EXERCISE OBJECTIVE
Scan the records beneath this line for the line holding "extrude(amount=-F9_DEPTH, mode=Mode.SUBTRACT)" and the line holding "Rebuilt in FreeCAD, every", then transcribe exactly those two and all lines between.

(Records from a dataset)
───
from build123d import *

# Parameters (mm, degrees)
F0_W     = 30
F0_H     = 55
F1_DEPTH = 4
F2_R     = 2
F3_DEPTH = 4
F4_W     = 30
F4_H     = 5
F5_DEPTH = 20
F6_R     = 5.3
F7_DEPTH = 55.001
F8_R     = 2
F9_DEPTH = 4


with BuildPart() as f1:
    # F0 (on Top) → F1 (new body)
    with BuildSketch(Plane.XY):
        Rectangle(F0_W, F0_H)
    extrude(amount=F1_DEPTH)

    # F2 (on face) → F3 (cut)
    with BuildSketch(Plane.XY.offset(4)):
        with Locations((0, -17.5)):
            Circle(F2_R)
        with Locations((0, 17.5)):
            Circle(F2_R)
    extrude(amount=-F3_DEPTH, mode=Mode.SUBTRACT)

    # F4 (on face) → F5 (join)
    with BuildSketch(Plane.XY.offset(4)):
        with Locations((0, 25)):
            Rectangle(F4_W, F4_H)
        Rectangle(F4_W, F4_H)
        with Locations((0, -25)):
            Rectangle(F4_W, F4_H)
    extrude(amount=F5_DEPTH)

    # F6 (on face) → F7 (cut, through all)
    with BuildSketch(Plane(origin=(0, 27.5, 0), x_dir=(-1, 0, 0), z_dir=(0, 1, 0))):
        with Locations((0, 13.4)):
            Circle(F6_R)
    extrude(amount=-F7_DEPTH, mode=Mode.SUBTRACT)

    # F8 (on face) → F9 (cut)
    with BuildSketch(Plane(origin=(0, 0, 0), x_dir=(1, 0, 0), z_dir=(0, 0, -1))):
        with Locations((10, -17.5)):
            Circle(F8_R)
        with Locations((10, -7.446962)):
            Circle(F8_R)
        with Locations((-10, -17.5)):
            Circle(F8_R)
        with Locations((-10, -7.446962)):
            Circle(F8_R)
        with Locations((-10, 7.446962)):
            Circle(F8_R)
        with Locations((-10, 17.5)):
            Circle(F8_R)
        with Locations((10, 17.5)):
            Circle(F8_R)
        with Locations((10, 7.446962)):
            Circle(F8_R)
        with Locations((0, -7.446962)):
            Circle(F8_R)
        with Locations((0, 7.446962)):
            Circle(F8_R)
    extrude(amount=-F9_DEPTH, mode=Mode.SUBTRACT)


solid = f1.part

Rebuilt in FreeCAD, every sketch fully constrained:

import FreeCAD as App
import Part
import Sketcher


def add_polygon(sketch, points):
    """Adds a closed chain of lines whose ends are joined by coincident constraints."""
    first, n = sketch.GeometryCount, len(points)
    for a, b in zip(points, points[1:] + points[:1]):
        sketch.addGeometry(Part.LineSegment(App.Vector(*a, 0), App.Vector(*b, 0)), False)
    for i in range(n):
        sketch.addConstraint(Sketcher.Constraint("Coincident", first + i, 2, first + (i + 1) % n, 1))

doc = App.newDocument("Part")
body = doc.addObject("PartDesign::Body", "Body")

sketch1 = doc.addObject("Sketcher::SketchObject", "Sketch")
body.addObject(sketch1)
sketch1.AttachmentSupport = (doc.XY_Plane, [""])
sketch1.MapMode = "FlatFace"
add_polygon(sketch1, [(-15, 28), (-15, -28), (15, -28), (15, 28)])
sketch1.addConstraint([
    Sketcher.Constraint("Vertical", 0),
    Sketcher.Constraint("Horizontal", 1),
    Sketcher.Constraint("Vertical", 2),
    Sketcher.Constraint("Horizontal", 3),
    Sketcher.Constraint("Symmetric", 0, 2, 2, 2, -1, 1),
    Sketcher.Constraint("DistanceX", 1, 1, 1, 2, 30.0),
    Sketcher.Constraint("DistanceY", 0, 2, 0, 1, 55.0),
])
pad1 = doc.addObject("PartDesign::Pad", "Pad")
body.addObject(pad1)
pad1.Profile = sketch1
pad1.Length = 4

sketch2 = doc.addObject("Sketcher::SketchObject", "Sketch001")
body.addObject(sketch2)
sketch2.AttachmentSupport = (doc.XY_Plane, [""])
sketch2.MapMode = "FlatFace"
sketch2.AttachmentOffset = App.Placement(App.Vector(0, 0, 4), App.Rotation())
sketch2.addGeometry([
    Part.Circle(App.Vector(0, -17.5, 0), App.Vector(0, 0, 1), 2),
    Part.Circle(App.Vector(0, 17.5, 0), App.Vector(0, 0, 1), 2),
], False)
sketch2.addConstraint([
    Sketcher.Constraint("Equal", 0, 1),
    Sketcher.Constraint("Symmetric", 0, 3, 1, 3, -1, 1),
    Sketcher.Constraint("PointOnObject", 0, 3, -2),
    Sketcher.Constraint("Diameter", 0, 4.0),
    Sketcher.Constraint("DistanceY", 0, 3, 1, 3, 35.0),
])
pocket1 = doc.addObject("PartDesign::Pocket", "Pocket")
body.addObject(pocket1)
pocket1.Profile = sketch2
pocket1.Length = 4

sketch3 = doc.addObject("Sketcher::SketchObject", "Sketch002")
body.addObject(sketch3)
sketch3.AttachmentSupport = (doc.XY_Plane, [""])
sketch3.MapMode = "FlatFace"
sketch3.AttachmentOffset = App.Placement(App.Vector(0, 0, 4), App.Rotation())
add_polygon(sketch3, [(-15, 28), (-15, 22), (15, 22), (15, 28)])
add_polygon(sketch3, [(-15, 2), (-15, -2), (15, -2), (15, 2)])
add_polygon(sketch3, [(-15, -22), (-15, -28), (15, -28), (15, -22)])
sketch3.addConstraint([
    Sketcher.Constraint("Vertical", 0),
    Sketcher.Constraint("Horizontal", 1),
    Sketcher.Constraint("Vertical", 2),
    Sketcher.Constraint("Horizontal", 3),
    Sketcher.Constraint("Vertical", 4),
    Sketcher.Constraint("Horizontal", 5),
    Sketcher.Constraint("Vertical", 6),
    Sketcher.Constraint("Horizontal", 7),
    Sketcher.Constraint("Vertical", 8),
    Sketcher.Constraint("Horizontal", 9),
    Sketcher.Constraint("Vertical", 10),
    Sketcher.Constraint("Horizontal", 11),
    Sketcher.Constraint("Symmetric", 4, 2, 6, 2, -1, 1),
    Sketcher.Constraint("Symmetric", 2, 2, 8, 2, -1, 1),
    Sketcher.Constraint("Symmetric", 0, 2, 10, 2, -1, 1),
    Sketcher.Constraint("Vertical", 3, 2, 4, 2),
    Sketcher.Constraint("Vertical", 2, 2, 5, 2),
    Sketcher.Constraint("Equal", 2, 4),
    Sketcher.Constraint("DistanceX", 1, 1, 1, 2, 30.0),
    Sketcher.Constraint("DistanceY", 0, 2, 0, 1, 5.0),
    Sketcher.Constraint("DistanceY", 4, 2, 0, 2, 25.0),
])
pad2 = doc.addObject("PartDesign::Pad", "Pad001")
body.addObject(pad2)
pad2.Profile = sketch3
pad2.Length = 20

sketch4 = doc.addObject("Sketcher::SketchObject", "Sketch003")
body.addObject(sketch4)
sketch4.AttachmentSupport = (doc.XZ_Plane, [""])
sketch4.MapMode = "FlatFace"
sketch4.AttachmentOffset = App.Placement(App.Vector(0, 0, -27.5), App.Rotation())
sketch4.addGeometry(Part.Circle(App.Vector(0, 13, 0), App.Vector(0, 0, 1), 5), False)
sketch4.addConstraint([
    Sketcher.Constraint("PointOnObject", 0, 3, -2),
    Sketcher.Constraint("Diameter", 0, 10.6),
    Sketcher.Constraint("DistanceY", -1, 1, 0, 3, 13.4),
])
pocket2 = doc.addObject("PartDesign::Pocket", "Pocket001")
body.addObject(pocket2)
pocket2.Profile = sketch4
pocket2.Type = "ThroughAll"
pocket2.Reversed = True

sketch5 = doc.addObject("Sketcher::SketchObject", "Sketch004")
body.addObject(sketch5)
sketch5.AttachmentSupport = (doc.XY_Plane, [""])
sketch5.MapMode = "FlatFace"
sketch5.addGeometry([
    Part.Circle(App.Vector(10, 17.5, 0), App.Vector(0, 0, 1), 2),
    Part.Circle(App.Vector(10, 7.4, 0), App.Vector(0, 0, 1), 2),
    Part.Circle(App.Vector(-10, 17.5, 0), App.Vector(0, 0, 1), 2),
    Part.Circle(App.Vector(-10, 7.4, 0), App.Vector(0, 0, 1), 2),
    Part.Circle(App.Vector(-10, -7.4, 0), App.Vector(0, 0, 1), 2),
    Part.Circle(App.Vector(-10, -17.5, 0), App.Vector(0, 0, 1), 2),
    Part.Circle(App.Vector(10, -17.5, 0), App.Vector(0, 0, 1), 2),
    Part.Circle(App.Vector(10, -7.4, 0), App.Vector(0, 0, 1), 2),
    Part.Circle(App.Vector(0, 7.4, 0), App.Vector(0, 0, 1), 2),
    Part.Circle(App.Vector(0, -7.4, 0), App.Vector(0, 0, 1), 2),
], False)
sketch5.addConstraint([
    Sketcher.Constraint("Equal", 0, 1),
    Sketcher.Constraint("Equal", 1, 2),
    Sketcher.Constraint("Equal", 2, 3),
    Sketcher.Constraint("Equal", 3, 4),
    Sketcher.Constraint("Equal", 4, 5),
    Sketcher.Constraint("Equal", 5, 6),
    Sketcher.Constraint("Equal", 6, 7),
    Sketcher.Constraint("Equal", 7, 8),
    Sketcher.Constraint("Equal", 8, 9),
    Sketcher.Constraint("Symmetric", 1, 3, 4, 3, -1, 1),
    Sketcher.Constraint("Symmetric", 0, 3, 5, 3, -1, 1),
    Sketcher.Constraint("Symmetric", 2, 3, 6, 3, -1, 1),
    Sketcher.Constraint("Symmetric", 3, 3, 7, 3, -1, 1),
    Sketcher.Constraint("Symmetric", 8, 3, 9, 3, -1, 1),
    Sketcher.Constraint("Symmetric", 0, 3, 2, 3, -2),
    Sketcher.Constraint("Symmetric", 1, 3, 3, 3, -2),
    Sketcher.Constraint("PointOnObject", 8, 3, -2),
    Sketcher.Constraint("Horizontal", 3, 3, 8, 3),
    Sketcher.Constraint("Vertical", 0, 3, 1, 3),
    Sketcher.Constraint("Diameter", 0, 4.0),
    Sketcher.Constraint("DistanceX", -1, 1, 0, 3, 10.0),
    Sketcher.Constraint("DistanceY", 5, 3, 2, 3, 35.0),
    Sketcher.Constraint("DistanceY", 1, 3, 0, 3, 10.053038),
])
pocket3 = doc.addObject("PartDesign::Pocket", "Pocket002")
body.addObject(pocket3)
pocket3.Profile = sketch5
pocket3.Length = 4
pocket3.Reversed = True

doc.recompute()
───
REPLY
    extrude(amount=-F9_DEPTH, mode=Mode.SUBTRACT)


solid = f1.part

Rebuilt in FreeCAD, every sketch fully constrained:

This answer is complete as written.